所有数据都表示为平均值±平均值的标准误(SEM)。指示的样品大小(n)代表生物学重复，其包括独立的细胞培养物重复和各个组织样品。对于单细胞数据(搏动频率定量和膜片钳数据)，样品大小(n)代表从R三个独立实验分析的细胞数目。统计方法不用于预先确定样本大小。由于实验的性质，不执行随机化，并且调查者也并非不知情的。通过使用GraphPad Prism 6软件中的斯氏t检验(未配对，双尾)确定统计显著性。p＜0.05(*/#)，结果视为显著的，并且p＜0.01(**/##)结果视为非常显著的。所有统计参数都在各自的图和图例中报告。

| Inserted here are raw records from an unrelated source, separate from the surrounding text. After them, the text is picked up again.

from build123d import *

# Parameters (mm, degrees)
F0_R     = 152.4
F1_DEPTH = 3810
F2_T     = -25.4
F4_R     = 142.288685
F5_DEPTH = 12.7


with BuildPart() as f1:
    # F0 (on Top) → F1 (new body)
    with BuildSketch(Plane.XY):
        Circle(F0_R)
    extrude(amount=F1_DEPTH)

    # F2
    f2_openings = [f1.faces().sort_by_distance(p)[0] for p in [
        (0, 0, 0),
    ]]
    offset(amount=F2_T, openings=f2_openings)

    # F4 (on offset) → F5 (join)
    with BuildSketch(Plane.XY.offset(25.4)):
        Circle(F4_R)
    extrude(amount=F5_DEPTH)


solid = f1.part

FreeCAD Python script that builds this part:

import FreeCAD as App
import Part
import Sketcher
Q = App.Units.Quantity


def faces_at(feature, points):
    """Names of the faces that lie closest to the given points."""
    faces = feature.Shape.Faces
    near = lambda p: min(range(len(faces)), key=lambda i: faces[i].distToShape(Part.Vertex(*p))[0])
    return sorted({f"Face{near(p) + 1}" for p in points})

doc = App.newDocument("Part")
body = doc.addObject("PartDesign::Body", "Body")

# Sketch on XY plane
sketch1 = body.newObject("Sketcher::SketchObject", "Sketch")
sketch1.AttachmentSupport = (doc.getObject("XY_Plane"), [""])
sketch1.MapMode = "FlatFace"
sketch1.addGeometry(Part.Circle(App.Vector(0, 0, 0), App.Vector(0, 0, 1), 152), False)
sketch1.addConstraint(Sketcher.Constraint("Coincident", 0, 3, -1, 1))
sketch1.addConstraint(Sketcher.Constraint("Diameter", 0, Q("12 in")))
pad1 = body.newObject("PartDesign::Pad", "Pad")
pad1.Profile = sketch1
pad1.Length = Q("150 in")
doc.recompute()

thickness = body.newObject("PartDesign::Thickness", "Thickness")
thickness.Base = (pad1, faces_at(pad1, [(0, 0, 0)]))
thickness.Value = Q("1 in")
thickness.Reversed = True
thickness.Join = "Arc"

# Sketch on XY plane
sketch2 = body.newObject("Sketcher::SketchObject", "Sketch001")
sketch2.AttachmentSupport = (doc.getObject("XY_Plane"), [""])
sketch2.MapMode = "FlatFace"
sketch2.AttachmentOffset = App.Placement(App.Vector(0, 0, 1 * 25.4), App.Rotation())
sketch2.addGeometry(Part.Circle(App.Vector(0, 0, 0), App.Vector(0, 0, 1), 142), False)
sketch2.addConstraint(Sketcher.Constraint("Coincident", 0, 3, -1, 1))
sketch2.addConstraint(Sketcher.Constraint("Diameter", 0, 284.57737))
pad2 = body.newObject("PartDesign::Pad", "Pad001")
pad2.Profile = sketch2
pad2.Length = Q("0.5 in")

doc.recompute()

尽管本文已描述了本发明的优选实施例，但本领域技术人员将理解，可以对其做出变化，而不背离本发明的精神或所附权利要求的范围。本文公开的所有文献，包括下述参考文献列表中的那些，都以引用的方式并入。

Claims

1.一种产生富含心室心肌细胞的心肌细胞群体的方法，所述方法包括：

在中胚层诱导培养基中温育多能干细胞，所述中胚层诱导培养基包含BMP组分和足以生成心室中胚层的有效量的激活素组分；

其中所述BMP组分的浓度为3ng/ml至20ng/ml，所述激活素组分的浓度为4ng/ml至20ng/ml，所述激活素组分的浓度大于所述BMP组分的浓度；

并且其后

在合适的培养基中培养所述温育的细胞，以生成富含心室心肌细胞的心肌细胞群体；

其中所述BMP组分是BMP4，所述激活素组分是激活素A。

2.根据权利要求1所述的方法，其中所述BMP组分与所述激活素组分的比率为0.3-1：1。

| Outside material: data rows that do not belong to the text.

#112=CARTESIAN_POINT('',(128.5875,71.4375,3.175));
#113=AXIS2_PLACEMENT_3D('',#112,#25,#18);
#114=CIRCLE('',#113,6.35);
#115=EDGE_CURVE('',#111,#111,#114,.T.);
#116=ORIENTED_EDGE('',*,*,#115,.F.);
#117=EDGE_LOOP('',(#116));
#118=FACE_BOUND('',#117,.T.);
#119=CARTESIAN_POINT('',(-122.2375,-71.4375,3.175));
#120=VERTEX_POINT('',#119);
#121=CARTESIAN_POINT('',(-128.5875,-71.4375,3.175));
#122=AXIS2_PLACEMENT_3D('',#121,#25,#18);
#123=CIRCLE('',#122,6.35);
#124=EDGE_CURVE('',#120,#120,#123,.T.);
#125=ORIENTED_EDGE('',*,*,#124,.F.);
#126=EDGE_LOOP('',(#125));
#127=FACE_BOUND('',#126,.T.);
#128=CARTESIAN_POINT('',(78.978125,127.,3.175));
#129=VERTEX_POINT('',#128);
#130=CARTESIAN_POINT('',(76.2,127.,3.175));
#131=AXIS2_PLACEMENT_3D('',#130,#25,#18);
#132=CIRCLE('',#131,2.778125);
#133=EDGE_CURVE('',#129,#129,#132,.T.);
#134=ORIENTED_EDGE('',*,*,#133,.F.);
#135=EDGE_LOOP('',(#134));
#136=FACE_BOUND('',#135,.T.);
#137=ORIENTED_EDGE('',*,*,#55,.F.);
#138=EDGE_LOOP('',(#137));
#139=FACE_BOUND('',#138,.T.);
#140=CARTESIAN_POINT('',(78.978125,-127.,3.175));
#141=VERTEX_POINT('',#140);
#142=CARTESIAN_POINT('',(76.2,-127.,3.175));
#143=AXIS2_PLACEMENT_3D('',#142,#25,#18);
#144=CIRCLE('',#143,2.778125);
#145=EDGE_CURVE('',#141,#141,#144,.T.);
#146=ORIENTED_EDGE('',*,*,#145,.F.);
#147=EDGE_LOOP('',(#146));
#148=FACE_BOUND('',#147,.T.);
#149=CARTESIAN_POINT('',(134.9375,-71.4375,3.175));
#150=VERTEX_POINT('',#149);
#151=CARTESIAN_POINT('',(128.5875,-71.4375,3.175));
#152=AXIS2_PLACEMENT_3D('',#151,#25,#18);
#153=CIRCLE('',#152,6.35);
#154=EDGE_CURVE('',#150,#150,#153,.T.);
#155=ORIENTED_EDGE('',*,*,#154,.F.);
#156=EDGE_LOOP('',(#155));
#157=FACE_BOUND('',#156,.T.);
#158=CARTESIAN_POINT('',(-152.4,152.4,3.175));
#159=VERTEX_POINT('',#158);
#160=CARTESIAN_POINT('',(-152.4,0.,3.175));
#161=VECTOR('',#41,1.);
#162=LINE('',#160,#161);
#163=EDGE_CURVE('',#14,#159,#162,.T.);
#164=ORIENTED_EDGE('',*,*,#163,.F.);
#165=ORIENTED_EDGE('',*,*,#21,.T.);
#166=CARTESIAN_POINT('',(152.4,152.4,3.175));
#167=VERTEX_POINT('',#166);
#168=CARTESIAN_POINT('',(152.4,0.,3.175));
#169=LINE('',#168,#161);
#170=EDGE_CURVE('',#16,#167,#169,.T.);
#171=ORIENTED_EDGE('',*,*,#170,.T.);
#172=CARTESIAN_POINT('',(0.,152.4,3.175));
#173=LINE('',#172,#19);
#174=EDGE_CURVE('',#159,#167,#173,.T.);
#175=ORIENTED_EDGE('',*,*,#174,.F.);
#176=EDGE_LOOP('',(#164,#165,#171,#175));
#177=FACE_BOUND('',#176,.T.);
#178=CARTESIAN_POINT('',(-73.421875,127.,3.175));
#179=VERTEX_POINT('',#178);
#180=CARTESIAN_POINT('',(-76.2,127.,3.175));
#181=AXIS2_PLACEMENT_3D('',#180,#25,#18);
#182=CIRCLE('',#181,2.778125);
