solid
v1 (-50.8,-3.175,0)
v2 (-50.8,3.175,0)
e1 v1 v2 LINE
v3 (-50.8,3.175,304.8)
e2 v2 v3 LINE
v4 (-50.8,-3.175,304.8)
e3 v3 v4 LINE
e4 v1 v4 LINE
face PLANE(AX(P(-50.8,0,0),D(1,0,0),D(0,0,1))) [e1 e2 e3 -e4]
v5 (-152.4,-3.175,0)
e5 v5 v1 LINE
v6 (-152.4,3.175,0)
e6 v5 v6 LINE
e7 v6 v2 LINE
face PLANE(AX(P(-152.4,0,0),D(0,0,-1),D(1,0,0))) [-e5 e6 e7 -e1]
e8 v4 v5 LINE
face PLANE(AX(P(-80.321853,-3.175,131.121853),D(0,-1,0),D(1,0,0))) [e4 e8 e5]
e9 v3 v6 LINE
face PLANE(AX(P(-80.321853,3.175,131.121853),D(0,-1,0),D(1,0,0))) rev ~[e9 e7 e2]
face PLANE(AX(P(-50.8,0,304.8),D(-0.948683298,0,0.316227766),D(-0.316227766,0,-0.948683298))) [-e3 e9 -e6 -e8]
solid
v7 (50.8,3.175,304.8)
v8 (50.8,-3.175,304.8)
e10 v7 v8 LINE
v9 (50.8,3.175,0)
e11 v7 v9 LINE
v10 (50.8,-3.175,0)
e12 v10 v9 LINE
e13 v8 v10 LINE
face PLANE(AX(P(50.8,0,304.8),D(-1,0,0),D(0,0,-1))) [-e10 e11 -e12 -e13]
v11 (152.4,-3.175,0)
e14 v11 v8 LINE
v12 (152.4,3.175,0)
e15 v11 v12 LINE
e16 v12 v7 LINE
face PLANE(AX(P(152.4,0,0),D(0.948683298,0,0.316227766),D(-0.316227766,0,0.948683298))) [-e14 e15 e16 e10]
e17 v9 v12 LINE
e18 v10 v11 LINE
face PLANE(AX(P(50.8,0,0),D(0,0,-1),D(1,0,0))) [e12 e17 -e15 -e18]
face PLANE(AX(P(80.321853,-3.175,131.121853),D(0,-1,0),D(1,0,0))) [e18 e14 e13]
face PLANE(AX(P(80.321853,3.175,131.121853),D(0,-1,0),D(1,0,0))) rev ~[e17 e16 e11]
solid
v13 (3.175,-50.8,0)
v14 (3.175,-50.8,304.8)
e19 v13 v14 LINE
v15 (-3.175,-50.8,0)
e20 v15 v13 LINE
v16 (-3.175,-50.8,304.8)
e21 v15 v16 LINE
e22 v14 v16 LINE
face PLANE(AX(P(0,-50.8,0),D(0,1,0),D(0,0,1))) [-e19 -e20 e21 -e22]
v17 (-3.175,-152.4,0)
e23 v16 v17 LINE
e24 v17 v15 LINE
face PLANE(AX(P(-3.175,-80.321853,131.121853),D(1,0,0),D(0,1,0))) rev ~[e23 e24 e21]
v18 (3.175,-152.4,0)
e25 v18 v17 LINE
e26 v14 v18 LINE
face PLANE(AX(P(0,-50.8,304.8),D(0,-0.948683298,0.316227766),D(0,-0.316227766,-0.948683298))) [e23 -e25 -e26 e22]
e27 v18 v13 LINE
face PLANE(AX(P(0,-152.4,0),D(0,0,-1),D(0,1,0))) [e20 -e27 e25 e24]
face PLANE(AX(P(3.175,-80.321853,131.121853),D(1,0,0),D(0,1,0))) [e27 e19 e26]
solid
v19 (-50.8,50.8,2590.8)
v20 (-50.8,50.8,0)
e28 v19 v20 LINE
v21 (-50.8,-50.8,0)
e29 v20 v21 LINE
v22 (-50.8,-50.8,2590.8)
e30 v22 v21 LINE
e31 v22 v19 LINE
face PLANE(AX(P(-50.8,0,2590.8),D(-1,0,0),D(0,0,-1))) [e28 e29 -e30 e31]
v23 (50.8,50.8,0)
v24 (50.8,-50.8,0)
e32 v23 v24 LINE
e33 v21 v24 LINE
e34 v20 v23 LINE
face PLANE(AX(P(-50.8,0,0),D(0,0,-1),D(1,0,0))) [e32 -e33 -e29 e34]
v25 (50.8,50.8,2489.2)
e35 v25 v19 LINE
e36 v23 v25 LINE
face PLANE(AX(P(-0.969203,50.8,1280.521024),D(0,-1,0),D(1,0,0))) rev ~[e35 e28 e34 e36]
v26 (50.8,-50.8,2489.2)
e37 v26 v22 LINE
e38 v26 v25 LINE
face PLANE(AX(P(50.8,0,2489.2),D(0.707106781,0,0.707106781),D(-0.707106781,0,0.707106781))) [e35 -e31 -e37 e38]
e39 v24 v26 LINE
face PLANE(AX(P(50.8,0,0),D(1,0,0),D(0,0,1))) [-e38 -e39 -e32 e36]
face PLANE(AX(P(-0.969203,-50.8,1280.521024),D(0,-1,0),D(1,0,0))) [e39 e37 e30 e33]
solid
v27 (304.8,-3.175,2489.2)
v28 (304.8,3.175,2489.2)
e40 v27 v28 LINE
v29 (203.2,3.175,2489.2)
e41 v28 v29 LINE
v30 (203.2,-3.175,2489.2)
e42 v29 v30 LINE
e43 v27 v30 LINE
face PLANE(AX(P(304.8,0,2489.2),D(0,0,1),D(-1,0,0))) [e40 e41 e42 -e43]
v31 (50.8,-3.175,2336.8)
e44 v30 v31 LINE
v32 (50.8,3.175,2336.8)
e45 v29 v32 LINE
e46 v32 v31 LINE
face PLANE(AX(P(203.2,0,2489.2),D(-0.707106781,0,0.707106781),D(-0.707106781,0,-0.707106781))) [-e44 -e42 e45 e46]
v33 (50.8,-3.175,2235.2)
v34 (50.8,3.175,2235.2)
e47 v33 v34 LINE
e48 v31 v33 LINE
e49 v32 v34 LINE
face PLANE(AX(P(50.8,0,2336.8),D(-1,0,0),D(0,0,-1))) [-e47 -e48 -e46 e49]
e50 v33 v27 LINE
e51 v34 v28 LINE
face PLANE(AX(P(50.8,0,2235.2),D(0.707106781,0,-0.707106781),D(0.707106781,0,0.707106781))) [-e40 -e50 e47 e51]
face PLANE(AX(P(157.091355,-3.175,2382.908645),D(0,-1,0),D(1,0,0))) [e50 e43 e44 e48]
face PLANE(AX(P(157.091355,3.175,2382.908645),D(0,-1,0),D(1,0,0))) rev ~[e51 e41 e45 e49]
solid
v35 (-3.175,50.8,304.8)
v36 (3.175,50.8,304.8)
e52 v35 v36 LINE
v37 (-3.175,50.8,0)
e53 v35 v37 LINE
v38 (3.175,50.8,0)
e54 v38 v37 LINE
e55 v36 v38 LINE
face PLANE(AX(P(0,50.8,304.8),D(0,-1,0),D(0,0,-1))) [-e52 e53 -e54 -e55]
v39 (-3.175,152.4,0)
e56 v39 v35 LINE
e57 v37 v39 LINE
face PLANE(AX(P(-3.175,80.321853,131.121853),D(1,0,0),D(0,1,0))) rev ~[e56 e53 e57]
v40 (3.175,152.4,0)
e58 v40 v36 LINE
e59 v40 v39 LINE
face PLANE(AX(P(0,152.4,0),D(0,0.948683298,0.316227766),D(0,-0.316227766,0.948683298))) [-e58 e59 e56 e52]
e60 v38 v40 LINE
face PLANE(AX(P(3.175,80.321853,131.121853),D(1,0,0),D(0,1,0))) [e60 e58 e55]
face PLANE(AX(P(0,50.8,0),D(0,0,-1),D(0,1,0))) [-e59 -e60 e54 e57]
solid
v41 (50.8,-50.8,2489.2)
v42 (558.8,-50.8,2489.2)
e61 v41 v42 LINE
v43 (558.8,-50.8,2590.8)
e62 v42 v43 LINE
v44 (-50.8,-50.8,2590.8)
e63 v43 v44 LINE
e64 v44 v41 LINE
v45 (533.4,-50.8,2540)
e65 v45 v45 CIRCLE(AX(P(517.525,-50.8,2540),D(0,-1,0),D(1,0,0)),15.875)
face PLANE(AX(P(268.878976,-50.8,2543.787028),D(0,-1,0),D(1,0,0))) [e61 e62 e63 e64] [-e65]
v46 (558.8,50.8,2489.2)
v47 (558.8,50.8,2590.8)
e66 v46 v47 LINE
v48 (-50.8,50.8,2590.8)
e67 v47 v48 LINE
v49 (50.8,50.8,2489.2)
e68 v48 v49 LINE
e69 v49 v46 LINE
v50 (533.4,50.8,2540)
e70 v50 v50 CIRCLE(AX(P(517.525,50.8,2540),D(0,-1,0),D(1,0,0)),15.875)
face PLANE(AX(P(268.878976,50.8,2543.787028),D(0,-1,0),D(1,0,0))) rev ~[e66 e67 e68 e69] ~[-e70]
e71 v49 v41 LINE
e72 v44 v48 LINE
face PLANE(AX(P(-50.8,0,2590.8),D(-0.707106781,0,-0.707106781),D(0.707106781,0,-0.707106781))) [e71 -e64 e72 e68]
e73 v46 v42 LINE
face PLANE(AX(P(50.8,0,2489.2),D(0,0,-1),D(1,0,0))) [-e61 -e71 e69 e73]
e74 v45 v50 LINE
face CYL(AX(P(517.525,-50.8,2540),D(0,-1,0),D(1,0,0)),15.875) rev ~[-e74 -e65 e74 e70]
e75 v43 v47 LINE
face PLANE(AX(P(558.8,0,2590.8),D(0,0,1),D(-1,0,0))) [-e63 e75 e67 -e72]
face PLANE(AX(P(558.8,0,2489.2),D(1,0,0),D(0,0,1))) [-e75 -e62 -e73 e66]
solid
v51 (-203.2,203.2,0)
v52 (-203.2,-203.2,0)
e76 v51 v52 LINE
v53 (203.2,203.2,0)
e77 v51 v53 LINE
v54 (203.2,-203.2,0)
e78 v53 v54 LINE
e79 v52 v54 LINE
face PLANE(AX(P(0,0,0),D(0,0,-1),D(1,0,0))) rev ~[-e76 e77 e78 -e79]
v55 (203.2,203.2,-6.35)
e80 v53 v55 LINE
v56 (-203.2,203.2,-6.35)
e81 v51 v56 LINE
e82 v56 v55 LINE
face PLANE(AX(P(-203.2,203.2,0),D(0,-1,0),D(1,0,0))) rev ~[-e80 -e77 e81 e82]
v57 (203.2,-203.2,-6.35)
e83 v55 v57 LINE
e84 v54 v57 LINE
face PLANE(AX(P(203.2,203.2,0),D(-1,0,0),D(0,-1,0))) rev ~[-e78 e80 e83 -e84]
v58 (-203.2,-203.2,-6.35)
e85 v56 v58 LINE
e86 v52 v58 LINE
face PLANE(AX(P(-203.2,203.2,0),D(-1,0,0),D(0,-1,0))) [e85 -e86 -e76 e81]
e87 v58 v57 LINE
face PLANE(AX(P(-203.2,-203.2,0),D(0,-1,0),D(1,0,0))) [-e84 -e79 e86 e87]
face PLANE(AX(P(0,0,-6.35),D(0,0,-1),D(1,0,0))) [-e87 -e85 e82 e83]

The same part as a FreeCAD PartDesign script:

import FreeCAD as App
import Part
import Sketcher
Q = App.Units.Quantity


def add_polygon(sketch, points):
    """Adds a closed chain of lines whose ends are joined by coincident constraints."""
    first, n = sketch.GeometryCount, len(points)
    for a, b in zip(points, points[1:] + points[:1]):
        sketch.addGeometry(Part.LineSegment(App.Vector(*a, 0), App.Vector(*b, 0)), False)
    for i in range(n):
        sketch.addConstraint(Sketcher.Constraint("Coincident", first + i, 2, first + (i + 1) % n, 1))

doc = App.newDocument("Part")
body = doc.addObject("PartDesign::Body", "Body")

sketch1 = body.newObject("Sketcher::SketchObject", "Sketch")
sketch1.AttachmentSupport = (doc.getObject("XZ_Plane"), [""])
sketch1.MapMode = "FlatFace"
add_polygon(sketch1, [(-51, 2591), (-51, 0), (51, 0), (51, 2489)])
sketch1.addConstraint([
    Sketcher.Constraint("Vertical", 0),
    Sketcher.Constraint("Horizontal", 1),
    Sketcher.Constraint("Vertical", 2),
    Sketcher.Constraint("Symmetric", 0, 2, 1, 2, -1, 1),
    Sketcher.Constraint("DistanceX", 1, 1, 1, 2, Q("4 in")),
    Sketcher.Constraint("DistanceY", 0, 2, 0, 1, Q("102 in")),
    Sketcher.Constraint("DistanceY", 2, 1, 2, 2, Q("98 in")),
])
pad1 = body.newObject("PartDesign::Pad", "Pad")
pad1.Profile = sketch1
pad1.Length = Q("4 in")
pad1.Midplane = True

sketch2 = body.newObject("Sketcher::SketchObject", "Sketch001")
sketch2.AttachmentSupport = (doc.getObject("XZ_Plane"), [""])
sketch2.MapMode = "FlatFace"
add_polygon(sketch2, [(51, 2591), (-51, 2591), (51, 2489)])
sketch2.addConstraint([
    Sketcher.Constraint("Horizontal", 0),
    Sketcher.Constraint("Vertical", 2),
    Sketcher.Constraint("Equal", 0, 2),
    Sketcher.Constraint("DistanceX", 0, 2, 0, 1, Q("4 in")),
    Sketcher.Constraint("DistanceX", 0, 2, -1, 1, Q("2 in")),
    Sketcher.Constraint("DistanceY", -1, 1, 0, 2, Q("102 in")),
])
pocket1 = body.newObject("PartDesign::Pocket", "Pocket")
pocket1.Profile = sketch2
pocket1.Length = Q("4 in")
pocket1.Midplane = True
body2 = doc.addObject("PartDesign::Body", "Body001")

sketch3 = body2.newObject("Sketcher::SketchObject", "Sketch002")
sketch3.AttachmentSupport = (doc.getObject("XY_Plane001"), [""])
sketch3.MapMode = "FlatFace"
add_polygon(sketch3, [(-203, -203), (-203, 203), (203, 203), (203, -203)])
sketch3.addConstraint([
    Sketcher.Constraint("Vertical", 0),
    Sketcher.Constraint("Horizontal", 1),
    Sketcher.Constraint("Vertical", 2),
    Sketcher.Constraint("Horizontal", 3),
    Sketcher.Constraint("Symmetric", 0, 2, 2, 2, -1, 1),
    Sketcher.Constraint("Equal", 3, 0),
    Sketcher.Constraint("DistanceX", 1, 1, 1, 2, Q("16 in")),
])
pad2 = body2.newObject("PartDesign::Pad", "Pad001")
pad2.Profile = sketch3
pad2.Length = Q("0.25 in")
pad2.Reversed = True
body3 = doc.addObject("PartDesign::Body", "Body002")

sketch4 = body3.newObject("Sketcher::SketchObject", "Sketch003")
sketch4.AttachmentSupport = (doc.getObject("YZ_Plane002"), [""])
sketch4.MapMode = "FlatFace"
add_polygon(sketch4, [(152, 0), (51, 305), (51, 0)])
sketch4.addConstraint([
    Sketcher.Constraint("Vertical", 1),
    Sketcher.Constraint("Horizontal", 2),
    Sketcher.Constraint("PointOnObject", 1, 2, -1),
    Sketcher.Constraint("DistanceX", 2, 1, 2, 2, Q("4 in")),
    Sketcher.Constraint("DistanceY", 1, 2, 1, 1, Q("12 in")),
    Sketcher.Constraint("DistanceX", -1, 1, 0, 2, Q("2 in")),
])
pad3 = body3.newObject("PartDesign::Pad", "Pad002")
pad3.Profile = sketch4
pad3.Length = Q("0.25 in")
pad3.Midplane = True
body4 = doc.addObject("PartDesign::Body", "Body003")

sketch5 = body4.newObject("Sketcher::SketchObject", "Sketch004")
sketch5.AttachmentSupport = (doc.getObject("YZ_Plane003"), [""])
sketch5.MapMode = "FlatFace"
add_polygon(sketch5, [(-152, 0), (-51, 0), (-51, 305)])
sketch5.addConstraint([
    Sketcher.Constraint("Horizontal", 0),
    Sketcher.Constraint("Vertical", 1),
    Sketcher.Constraint("PointOnObject", 0, 2, -1),
    Sketcher.Constraint("DistanceX", 0, 1, 0, 2, Q("4 in")),
    Sketcher.Constraint("DistanceY", 1, 1, 1, 2, Q("12 in")),
    Sketcher.Constraint("DistanceX", 0, 2, -1, 1, Q("2 in")),
])
pad4 = body4.newObject("PartDesign::Pad", "Pad003")
pad4.Profile = sketch5
pad4.Length = Q("0.25 in")
pad4.Midplane = True
body5 = doc.addObject("PartDesign::Body", "Body004")

sketch6 = body5.newObject("Sketcher::SketchObject", "Sketch005")
sketch6.AttachmentSupport = (doc.getObject("XZ_Plane004"), [""])
sketch6.MapMode = "FlatFace"
add_polygon(sketch6, [(152, 0), (51, 305), (51, 0)])
sketch6.addConstraint([
    Sketcher.Constraint("Vertical", 1),
    Sketcher.Constraint("Horizontal", 2),
    Sketcher.Constraint("PointOnObject", 1, 2, -1),
    Sketcher.Constraint("DistanceX", 2, 1, 2, 2, Q("4 in")),
    Sketcher.Constraint("DistanceY", 1, 2, 1, 1, Q("12 in")),
    Sketcher.Constraint("DistanceX", -1, 1, 0, 2, Q("2 in")),
])
pad5 = body5.newObject("PartDesign::Pad", "Pad004")
pad5.Profile = sketch6
pad5.Length = Q("0.25 in")
pad5.Midplane = True
body6 = doc.addObject("PartDesign::Body", "Body005")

3.根据权利要求2所述的方法，其中所述BMP组分与所述激活素组分的比率为0.5∶1。

4.根据权利要求2所述的方法，其中所述BMP组分与所述激活素组分的比率为0.8∶1。

5.根据权利要求1或2所述的方法，其中通过测量表达CD235a的中胚层细胞的水平，并且将其与表达RALDH2的中胚层细胞的水平进行比较，来选择所述激活素组分的浓度；并且通过测定与表达RALDH2的中胚层细胞相比，导致更多的表达CD235a的中胚层细胞的浓度，来确定所述激活素组分的浓度。

6.根据权利要求1或2所述的方法，其中所述激活素组分的浓度为6-20ng/ml。

7.根据权利要求1或2所述的方法，其中所述BMP组分的浓度为5ng/ml或10ng/ml。

8.根据权利要求1或2所述的方法，其中所述激活素组分的浓度为12ng/ml。

9.根据权利要求1或2所述的方法，其还包括：

在将所述多能干细胞在所述中胚层诱导培养基中温育之前，将所述多能干细胞在适合于聚集体和/或胚状体形成的培养基中温育。

10.根据权利要求1或2所述的方法，其中通过所述方法产生的细胞用于体外测定中，以筛选潜在的治疗化合物。

11.根据权利要求1至10中任一项所述的方法所生成的所述心肌细胞群体在制备用于治疗需要心脏修复的受试者的药剂中的用途。

12.根据权利要求11所述的用途，其中所述需要心脏修复的受试者处于心力衰竭的风险中、患有心力衰竭和/或患有心肌梗塞。

13.一种用于检测根据权利要求1至10中任一项所述的方法获得的细胞群体中的心室中胚层的方法，其包括检测CD235a，其中CD235a的存在指示心室中胚层。